How to complete this task: Look in the material below for the line with "Line((-45.2016919446, 10), (-58.4983080554, 10))" and the line with "Line((-33.659545504, 5), (-37.840454496, 5))", then set down exactly those two lines and all lines between, nothing more.

Data for processing:
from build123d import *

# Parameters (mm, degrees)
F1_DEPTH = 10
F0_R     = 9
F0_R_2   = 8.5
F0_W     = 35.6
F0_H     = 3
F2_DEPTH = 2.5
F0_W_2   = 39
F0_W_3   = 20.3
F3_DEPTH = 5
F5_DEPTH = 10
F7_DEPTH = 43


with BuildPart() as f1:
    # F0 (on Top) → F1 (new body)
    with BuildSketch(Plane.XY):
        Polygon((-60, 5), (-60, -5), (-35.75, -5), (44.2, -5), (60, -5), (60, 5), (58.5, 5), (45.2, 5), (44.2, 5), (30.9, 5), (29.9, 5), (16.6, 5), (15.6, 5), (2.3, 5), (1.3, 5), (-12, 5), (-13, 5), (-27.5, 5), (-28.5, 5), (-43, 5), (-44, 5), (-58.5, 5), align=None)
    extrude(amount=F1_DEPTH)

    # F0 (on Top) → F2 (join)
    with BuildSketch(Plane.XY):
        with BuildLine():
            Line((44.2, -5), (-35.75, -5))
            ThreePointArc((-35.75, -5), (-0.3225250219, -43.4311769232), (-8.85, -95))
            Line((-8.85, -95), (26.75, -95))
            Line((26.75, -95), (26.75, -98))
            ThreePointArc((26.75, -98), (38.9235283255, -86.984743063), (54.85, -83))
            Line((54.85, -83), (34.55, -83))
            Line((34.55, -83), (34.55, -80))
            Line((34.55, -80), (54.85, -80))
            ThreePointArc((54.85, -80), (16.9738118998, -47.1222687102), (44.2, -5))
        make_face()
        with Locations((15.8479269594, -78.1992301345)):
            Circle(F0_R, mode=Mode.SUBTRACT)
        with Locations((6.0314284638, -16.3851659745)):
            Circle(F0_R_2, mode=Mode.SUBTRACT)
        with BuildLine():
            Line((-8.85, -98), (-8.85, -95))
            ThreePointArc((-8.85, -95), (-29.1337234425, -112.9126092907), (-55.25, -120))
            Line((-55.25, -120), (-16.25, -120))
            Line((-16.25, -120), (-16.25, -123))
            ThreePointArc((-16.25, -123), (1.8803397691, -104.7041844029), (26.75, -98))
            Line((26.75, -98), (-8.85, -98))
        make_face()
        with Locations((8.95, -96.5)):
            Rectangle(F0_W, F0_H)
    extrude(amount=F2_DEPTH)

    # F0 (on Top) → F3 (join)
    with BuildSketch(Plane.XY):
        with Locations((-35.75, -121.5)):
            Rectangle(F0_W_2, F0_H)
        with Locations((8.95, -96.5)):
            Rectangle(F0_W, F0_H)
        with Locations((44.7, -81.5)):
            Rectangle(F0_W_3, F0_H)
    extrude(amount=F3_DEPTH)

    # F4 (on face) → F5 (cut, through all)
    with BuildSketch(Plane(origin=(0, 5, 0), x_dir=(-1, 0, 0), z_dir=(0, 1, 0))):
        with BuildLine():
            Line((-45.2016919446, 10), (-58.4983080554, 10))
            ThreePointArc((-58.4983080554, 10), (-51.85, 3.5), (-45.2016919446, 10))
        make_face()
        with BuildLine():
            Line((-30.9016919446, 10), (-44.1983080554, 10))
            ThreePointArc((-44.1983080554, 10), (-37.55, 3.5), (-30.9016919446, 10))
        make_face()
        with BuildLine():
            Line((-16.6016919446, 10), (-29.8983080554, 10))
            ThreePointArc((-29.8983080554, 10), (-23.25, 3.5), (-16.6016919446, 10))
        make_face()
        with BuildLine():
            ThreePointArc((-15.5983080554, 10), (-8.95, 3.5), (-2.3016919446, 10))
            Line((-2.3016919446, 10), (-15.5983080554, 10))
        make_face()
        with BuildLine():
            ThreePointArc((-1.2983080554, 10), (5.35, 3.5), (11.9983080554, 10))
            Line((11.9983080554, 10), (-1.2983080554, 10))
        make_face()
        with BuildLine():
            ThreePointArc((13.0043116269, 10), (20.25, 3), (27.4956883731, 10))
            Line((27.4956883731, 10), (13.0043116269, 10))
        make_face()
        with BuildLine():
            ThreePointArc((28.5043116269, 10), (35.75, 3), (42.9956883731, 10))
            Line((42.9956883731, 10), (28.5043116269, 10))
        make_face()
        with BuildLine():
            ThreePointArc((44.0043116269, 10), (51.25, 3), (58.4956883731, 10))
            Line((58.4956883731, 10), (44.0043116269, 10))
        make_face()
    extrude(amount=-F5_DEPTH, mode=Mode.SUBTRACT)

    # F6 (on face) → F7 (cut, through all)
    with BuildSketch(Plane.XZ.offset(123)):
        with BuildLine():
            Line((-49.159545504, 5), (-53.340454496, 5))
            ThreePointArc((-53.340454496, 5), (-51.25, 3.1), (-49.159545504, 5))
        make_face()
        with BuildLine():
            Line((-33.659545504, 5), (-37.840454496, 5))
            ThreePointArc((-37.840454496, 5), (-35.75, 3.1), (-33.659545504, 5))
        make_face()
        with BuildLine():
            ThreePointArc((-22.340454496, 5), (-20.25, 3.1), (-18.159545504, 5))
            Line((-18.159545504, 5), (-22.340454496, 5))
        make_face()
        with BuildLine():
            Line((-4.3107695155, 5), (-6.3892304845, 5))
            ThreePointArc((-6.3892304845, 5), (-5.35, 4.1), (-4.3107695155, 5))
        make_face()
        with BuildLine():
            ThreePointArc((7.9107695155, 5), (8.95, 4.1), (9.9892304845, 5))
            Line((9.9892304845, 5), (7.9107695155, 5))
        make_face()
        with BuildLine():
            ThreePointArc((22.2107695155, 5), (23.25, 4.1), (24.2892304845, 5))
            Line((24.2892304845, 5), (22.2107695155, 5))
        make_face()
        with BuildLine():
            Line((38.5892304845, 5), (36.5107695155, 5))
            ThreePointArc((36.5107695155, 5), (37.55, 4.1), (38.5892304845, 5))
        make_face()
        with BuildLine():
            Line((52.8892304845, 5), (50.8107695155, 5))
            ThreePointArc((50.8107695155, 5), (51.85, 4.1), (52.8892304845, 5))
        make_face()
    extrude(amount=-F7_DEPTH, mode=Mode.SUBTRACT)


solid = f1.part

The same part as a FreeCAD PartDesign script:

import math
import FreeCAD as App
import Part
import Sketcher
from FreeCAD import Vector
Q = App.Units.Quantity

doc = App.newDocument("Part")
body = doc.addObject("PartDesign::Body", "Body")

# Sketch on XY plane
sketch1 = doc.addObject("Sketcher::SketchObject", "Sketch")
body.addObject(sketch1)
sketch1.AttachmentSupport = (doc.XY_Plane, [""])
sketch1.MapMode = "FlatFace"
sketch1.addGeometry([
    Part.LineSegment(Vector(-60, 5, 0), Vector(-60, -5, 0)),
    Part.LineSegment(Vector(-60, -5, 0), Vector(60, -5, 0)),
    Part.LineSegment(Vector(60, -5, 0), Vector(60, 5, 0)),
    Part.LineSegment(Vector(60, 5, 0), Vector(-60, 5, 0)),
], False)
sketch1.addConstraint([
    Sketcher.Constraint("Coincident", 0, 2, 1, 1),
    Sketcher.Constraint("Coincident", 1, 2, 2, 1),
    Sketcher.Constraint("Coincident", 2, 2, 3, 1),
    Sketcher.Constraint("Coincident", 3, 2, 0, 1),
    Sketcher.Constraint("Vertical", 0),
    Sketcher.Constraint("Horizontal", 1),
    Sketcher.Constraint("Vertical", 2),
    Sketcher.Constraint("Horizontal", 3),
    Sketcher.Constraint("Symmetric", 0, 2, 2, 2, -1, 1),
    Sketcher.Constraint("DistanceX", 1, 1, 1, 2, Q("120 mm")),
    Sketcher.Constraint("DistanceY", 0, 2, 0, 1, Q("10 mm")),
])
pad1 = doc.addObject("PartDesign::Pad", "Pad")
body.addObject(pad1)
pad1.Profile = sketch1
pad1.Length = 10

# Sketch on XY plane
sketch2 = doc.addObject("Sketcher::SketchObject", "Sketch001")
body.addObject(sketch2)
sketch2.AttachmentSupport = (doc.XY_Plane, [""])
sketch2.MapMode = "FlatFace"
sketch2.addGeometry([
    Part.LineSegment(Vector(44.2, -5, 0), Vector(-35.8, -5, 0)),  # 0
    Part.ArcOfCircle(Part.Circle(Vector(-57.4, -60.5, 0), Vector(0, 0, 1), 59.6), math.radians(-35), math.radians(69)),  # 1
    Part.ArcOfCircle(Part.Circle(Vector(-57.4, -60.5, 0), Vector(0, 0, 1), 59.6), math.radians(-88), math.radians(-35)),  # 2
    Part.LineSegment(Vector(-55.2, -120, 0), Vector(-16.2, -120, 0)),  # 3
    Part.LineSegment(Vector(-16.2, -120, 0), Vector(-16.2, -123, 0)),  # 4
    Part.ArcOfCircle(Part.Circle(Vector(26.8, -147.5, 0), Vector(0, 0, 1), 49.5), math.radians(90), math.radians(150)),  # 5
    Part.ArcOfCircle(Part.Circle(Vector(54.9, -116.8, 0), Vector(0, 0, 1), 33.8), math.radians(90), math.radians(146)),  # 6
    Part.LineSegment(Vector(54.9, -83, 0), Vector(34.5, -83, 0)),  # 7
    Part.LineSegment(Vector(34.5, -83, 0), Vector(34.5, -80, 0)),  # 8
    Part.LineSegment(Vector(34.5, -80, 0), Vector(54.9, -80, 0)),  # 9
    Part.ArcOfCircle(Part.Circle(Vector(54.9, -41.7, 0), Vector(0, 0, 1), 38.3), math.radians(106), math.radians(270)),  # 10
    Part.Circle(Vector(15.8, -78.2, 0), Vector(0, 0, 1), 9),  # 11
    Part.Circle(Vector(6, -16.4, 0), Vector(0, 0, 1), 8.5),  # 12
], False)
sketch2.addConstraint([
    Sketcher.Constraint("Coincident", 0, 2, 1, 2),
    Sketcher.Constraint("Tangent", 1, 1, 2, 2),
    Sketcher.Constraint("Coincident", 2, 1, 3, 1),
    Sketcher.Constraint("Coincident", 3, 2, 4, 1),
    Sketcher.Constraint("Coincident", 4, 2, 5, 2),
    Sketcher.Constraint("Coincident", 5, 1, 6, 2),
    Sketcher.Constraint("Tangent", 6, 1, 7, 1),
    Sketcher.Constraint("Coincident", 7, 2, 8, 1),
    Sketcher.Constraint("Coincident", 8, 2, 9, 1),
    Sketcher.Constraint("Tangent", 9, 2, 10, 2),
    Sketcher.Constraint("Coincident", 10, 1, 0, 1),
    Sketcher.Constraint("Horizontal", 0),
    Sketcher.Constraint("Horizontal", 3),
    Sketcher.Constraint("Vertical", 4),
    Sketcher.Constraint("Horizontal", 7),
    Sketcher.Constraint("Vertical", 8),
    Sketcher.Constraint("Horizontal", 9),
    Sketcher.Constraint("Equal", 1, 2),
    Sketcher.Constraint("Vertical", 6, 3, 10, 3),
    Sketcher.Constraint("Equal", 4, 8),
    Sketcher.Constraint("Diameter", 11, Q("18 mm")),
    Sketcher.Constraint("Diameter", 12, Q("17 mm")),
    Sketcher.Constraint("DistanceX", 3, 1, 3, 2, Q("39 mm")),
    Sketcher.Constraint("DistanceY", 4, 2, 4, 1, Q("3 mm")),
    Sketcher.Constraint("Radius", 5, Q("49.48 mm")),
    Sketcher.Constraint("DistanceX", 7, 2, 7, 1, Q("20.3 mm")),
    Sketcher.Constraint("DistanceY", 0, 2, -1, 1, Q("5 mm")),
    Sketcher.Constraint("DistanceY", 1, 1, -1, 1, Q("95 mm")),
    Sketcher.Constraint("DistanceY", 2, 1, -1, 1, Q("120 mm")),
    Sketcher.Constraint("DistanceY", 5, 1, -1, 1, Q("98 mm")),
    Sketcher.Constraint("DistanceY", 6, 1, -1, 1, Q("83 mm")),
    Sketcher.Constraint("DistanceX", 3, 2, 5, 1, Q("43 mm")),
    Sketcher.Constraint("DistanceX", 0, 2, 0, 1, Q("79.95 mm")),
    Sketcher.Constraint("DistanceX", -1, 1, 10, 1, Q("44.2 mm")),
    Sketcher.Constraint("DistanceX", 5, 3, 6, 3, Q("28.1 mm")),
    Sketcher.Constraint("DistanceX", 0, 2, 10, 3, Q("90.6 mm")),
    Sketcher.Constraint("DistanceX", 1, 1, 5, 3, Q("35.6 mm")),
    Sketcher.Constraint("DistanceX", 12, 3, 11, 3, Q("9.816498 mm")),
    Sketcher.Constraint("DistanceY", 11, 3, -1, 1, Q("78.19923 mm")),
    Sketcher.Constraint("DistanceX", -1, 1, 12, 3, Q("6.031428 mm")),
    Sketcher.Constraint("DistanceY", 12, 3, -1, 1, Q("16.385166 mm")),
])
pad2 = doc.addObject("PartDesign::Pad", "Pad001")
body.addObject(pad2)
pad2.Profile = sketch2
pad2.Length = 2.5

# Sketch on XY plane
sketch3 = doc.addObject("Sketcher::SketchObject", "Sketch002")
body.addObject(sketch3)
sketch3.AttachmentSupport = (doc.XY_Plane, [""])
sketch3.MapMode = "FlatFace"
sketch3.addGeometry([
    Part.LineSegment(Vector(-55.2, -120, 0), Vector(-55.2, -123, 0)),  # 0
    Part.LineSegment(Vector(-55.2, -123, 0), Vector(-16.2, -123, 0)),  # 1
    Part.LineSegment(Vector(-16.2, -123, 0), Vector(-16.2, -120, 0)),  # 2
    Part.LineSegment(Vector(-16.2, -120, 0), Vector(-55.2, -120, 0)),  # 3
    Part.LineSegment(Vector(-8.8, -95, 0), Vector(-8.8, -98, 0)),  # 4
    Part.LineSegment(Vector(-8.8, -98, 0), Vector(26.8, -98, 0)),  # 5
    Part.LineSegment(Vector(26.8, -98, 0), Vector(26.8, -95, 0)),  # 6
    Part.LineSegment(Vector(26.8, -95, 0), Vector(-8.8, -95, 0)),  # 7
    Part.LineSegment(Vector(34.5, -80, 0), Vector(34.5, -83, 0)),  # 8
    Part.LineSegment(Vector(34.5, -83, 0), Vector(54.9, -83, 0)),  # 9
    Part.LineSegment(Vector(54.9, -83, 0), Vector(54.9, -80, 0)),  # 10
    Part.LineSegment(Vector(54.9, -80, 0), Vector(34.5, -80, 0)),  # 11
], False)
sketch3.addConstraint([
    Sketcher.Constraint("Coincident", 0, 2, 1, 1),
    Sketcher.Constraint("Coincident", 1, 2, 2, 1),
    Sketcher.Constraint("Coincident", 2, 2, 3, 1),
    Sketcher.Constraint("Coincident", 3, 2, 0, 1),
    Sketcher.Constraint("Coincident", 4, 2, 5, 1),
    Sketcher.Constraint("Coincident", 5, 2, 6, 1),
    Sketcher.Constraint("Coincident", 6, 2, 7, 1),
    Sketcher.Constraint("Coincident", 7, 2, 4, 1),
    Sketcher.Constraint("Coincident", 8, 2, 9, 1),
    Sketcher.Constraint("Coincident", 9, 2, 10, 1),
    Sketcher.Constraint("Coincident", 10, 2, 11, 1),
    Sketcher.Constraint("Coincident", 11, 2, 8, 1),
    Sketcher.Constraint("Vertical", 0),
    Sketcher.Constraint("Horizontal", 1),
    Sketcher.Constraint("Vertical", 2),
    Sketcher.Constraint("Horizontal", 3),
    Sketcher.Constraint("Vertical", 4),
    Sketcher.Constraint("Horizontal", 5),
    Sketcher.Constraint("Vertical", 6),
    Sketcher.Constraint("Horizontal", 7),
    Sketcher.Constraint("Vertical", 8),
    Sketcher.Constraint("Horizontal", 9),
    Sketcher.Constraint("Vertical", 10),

---

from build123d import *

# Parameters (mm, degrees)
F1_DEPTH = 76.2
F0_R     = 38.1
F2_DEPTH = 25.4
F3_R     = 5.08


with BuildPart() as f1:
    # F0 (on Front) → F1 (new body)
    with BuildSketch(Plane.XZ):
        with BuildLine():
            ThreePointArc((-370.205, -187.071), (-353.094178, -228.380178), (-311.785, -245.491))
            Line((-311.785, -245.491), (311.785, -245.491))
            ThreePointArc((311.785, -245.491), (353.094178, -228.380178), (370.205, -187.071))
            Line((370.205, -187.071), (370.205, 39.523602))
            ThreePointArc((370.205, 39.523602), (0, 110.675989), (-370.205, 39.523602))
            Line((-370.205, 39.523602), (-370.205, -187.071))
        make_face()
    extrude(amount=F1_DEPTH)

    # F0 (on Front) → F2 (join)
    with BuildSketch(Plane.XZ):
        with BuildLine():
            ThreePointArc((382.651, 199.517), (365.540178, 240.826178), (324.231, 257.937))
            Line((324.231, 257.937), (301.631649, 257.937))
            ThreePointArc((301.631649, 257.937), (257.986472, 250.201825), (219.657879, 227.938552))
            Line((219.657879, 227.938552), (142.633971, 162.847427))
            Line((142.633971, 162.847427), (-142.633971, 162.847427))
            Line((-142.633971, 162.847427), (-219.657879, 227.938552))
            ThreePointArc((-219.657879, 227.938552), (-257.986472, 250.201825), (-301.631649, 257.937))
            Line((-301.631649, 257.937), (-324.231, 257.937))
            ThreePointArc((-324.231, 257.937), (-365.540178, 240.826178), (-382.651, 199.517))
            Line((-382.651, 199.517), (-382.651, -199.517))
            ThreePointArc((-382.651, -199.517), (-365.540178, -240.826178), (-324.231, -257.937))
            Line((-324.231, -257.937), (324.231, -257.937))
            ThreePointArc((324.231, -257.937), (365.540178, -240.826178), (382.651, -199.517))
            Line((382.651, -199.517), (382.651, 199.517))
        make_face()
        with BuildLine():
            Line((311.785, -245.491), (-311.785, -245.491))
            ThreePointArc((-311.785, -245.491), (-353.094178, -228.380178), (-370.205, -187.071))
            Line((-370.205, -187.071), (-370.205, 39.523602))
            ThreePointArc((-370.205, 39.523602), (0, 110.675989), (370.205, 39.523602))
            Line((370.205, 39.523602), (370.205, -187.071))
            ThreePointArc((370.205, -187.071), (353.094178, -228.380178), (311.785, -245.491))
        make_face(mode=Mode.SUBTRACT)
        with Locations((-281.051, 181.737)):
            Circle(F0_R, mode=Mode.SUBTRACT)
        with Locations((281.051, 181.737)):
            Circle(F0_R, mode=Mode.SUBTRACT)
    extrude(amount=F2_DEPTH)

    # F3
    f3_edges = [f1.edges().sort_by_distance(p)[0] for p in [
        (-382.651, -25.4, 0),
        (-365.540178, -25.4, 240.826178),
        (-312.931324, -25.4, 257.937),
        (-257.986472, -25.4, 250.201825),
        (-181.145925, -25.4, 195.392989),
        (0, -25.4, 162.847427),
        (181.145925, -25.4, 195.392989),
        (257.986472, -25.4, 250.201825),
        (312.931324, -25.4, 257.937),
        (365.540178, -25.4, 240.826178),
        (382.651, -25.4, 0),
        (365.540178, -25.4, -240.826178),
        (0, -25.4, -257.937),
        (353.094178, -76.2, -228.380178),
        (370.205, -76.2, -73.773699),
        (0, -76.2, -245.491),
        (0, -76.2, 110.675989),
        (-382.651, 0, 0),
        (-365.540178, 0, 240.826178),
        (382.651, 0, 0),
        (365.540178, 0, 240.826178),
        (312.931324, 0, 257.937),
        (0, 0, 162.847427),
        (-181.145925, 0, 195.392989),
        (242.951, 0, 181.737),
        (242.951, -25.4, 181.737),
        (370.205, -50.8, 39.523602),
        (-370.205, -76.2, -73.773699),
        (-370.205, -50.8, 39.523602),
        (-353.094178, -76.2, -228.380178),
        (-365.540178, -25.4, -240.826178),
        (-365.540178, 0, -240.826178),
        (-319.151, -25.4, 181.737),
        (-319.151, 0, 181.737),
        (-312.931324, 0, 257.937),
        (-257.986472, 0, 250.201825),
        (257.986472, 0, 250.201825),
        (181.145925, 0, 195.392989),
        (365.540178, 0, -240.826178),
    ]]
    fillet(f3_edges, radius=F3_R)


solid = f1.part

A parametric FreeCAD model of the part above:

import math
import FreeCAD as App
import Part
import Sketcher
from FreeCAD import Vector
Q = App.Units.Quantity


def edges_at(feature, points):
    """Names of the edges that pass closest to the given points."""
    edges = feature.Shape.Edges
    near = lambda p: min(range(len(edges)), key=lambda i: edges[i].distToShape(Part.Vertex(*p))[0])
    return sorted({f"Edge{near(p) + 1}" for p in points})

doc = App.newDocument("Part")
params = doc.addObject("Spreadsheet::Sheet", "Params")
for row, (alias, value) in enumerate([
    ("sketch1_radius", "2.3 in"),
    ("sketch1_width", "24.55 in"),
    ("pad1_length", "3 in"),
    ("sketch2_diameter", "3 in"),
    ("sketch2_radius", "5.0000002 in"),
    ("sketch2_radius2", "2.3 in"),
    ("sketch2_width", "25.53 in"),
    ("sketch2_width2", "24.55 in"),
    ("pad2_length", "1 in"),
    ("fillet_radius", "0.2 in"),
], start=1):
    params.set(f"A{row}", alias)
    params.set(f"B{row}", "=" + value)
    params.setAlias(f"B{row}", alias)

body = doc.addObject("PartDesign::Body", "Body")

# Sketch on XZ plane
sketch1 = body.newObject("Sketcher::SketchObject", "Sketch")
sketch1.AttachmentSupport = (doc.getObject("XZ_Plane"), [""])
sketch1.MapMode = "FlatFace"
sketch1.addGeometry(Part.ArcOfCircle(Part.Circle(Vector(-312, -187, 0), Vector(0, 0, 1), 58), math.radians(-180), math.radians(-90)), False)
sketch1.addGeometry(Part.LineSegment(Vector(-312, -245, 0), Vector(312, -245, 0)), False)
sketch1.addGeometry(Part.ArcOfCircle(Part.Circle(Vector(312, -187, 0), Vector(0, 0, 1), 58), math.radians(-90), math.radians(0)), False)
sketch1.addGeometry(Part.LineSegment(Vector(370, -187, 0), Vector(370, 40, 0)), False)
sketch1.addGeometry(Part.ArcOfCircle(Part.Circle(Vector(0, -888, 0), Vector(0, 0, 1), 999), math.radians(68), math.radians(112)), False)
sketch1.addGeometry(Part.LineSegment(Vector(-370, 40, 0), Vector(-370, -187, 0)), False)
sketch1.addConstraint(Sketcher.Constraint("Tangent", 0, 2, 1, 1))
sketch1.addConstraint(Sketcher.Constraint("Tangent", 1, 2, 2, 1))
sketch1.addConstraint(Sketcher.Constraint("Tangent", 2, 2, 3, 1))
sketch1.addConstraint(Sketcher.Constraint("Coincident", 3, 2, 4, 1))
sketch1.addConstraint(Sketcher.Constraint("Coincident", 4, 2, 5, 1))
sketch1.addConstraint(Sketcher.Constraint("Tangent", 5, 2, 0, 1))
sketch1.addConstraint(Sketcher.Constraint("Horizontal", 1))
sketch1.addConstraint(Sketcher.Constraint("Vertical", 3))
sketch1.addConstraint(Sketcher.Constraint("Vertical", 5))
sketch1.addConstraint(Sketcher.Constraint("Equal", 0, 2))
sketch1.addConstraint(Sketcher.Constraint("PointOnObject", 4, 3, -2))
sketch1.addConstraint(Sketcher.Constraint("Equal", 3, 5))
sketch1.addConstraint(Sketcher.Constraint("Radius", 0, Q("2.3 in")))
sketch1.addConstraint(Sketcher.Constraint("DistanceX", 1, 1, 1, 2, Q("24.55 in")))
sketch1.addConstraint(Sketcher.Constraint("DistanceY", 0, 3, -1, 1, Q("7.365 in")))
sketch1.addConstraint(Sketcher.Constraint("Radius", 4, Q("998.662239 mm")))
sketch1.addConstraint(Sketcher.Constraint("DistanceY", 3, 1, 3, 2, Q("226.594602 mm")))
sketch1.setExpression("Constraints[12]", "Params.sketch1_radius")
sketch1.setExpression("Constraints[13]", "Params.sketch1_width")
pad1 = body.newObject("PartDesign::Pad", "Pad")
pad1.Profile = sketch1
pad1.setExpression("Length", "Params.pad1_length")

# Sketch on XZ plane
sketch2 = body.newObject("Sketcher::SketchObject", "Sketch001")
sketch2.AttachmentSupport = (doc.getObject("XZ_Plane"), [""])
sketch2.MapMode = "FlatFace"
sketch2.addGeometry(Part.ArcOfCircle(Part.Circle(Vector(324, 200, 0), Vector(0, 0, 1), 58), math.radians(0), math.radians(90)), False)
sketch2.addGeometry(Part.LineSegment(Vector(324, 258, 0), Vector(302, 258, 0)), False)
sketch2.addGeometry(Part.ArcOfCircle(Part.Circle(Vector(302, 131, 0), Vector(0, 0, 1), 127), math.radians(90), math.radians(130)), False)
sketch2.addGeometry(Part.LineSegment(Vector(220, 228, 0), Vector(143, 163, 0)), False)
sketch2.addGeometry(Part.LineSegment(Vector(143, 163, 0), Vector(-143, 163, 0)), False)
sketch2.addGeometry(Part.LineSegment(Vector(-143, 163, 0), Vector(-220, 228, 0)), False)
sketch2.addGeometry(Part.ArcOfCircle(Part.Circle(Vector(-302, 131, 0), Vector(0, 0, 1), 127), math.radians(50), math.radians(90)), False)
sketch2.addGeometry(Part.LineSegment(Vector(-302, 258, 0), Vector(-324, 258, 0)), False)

Written response:
            Line((-45.2016919446, 10), (-58.4983080554, 10))
            ThreePointArc((-58.4983080554, 10), (-51.85, 3.5), (-45.2016919446, 10))
        make_face()
        with BuildLine():
            Line((-30.9016919446, 10), (-44.1983080554, 10))
            ThreePointArc((-44.1983080554, 10), (-37.55, 3.5), (-30.9016919446, 10))
        make_face()
        with BuildLine():
            Line((-16.6016919446, 10), (-29.8983080554, 10))
            ThreePointArc((-29.8983080554, 10), (-23.25, 3.5), (-16.6016919446, 10))
        make_face()
        with BuildLine():
            ThreePointArc((-15.5983080554, 10), (-8.95, 3.5), (-2.3016919446, 10))
            Line((-2.3016919446, 10), (-15.5983080554, 10))
        make_face()
        with BuildLine():
            ThreePointArc((-1.2983080554, 10), (5.35, 3.5), (11.9983080554, 10))
            Line((11.9983080554, 10), (-1.2983080554, 10))
        make_face()
        with BuildLine():
            ThreePointArc((13.0043116269, 10), (20.25, 3), (27.4956883731, 10))
            Line((27.4956883731, 10), (13.0043116269, 10))
        make_face()
        with BuildLine():
            ThreePointArc((28.5043116269, 10), (35.75, 3), (42.9956883731, 10))
            Line((42.9956883731, 10), (28.5043116269, 10))
        make_face()
        with BuildLine():
            ThreePointArc((44.0043116269, 10), (51.25, 3), (58.4956883731, 10))
            Line((58.4956883731, 10), (44.0043116269, 10))
        make_face()
    extrude(amount=-F5_DEPTH, mode=Mode.SUBTRACT)

    # F6 (on face) → F7 (cut, through all)
    with BuildSketch(Plane.XZ.offset(123)):
        with BuildLine():
            Line((-49.159545504, 5), (-53.340454496, 5))
            ThreePointArc((-53.340454496, 5), (-51.25, 3.1), (-49.159545504, 5))
        make_face()
        with BuildLine():
            Line((-33.659545504, 5), (-37.840454496, 5))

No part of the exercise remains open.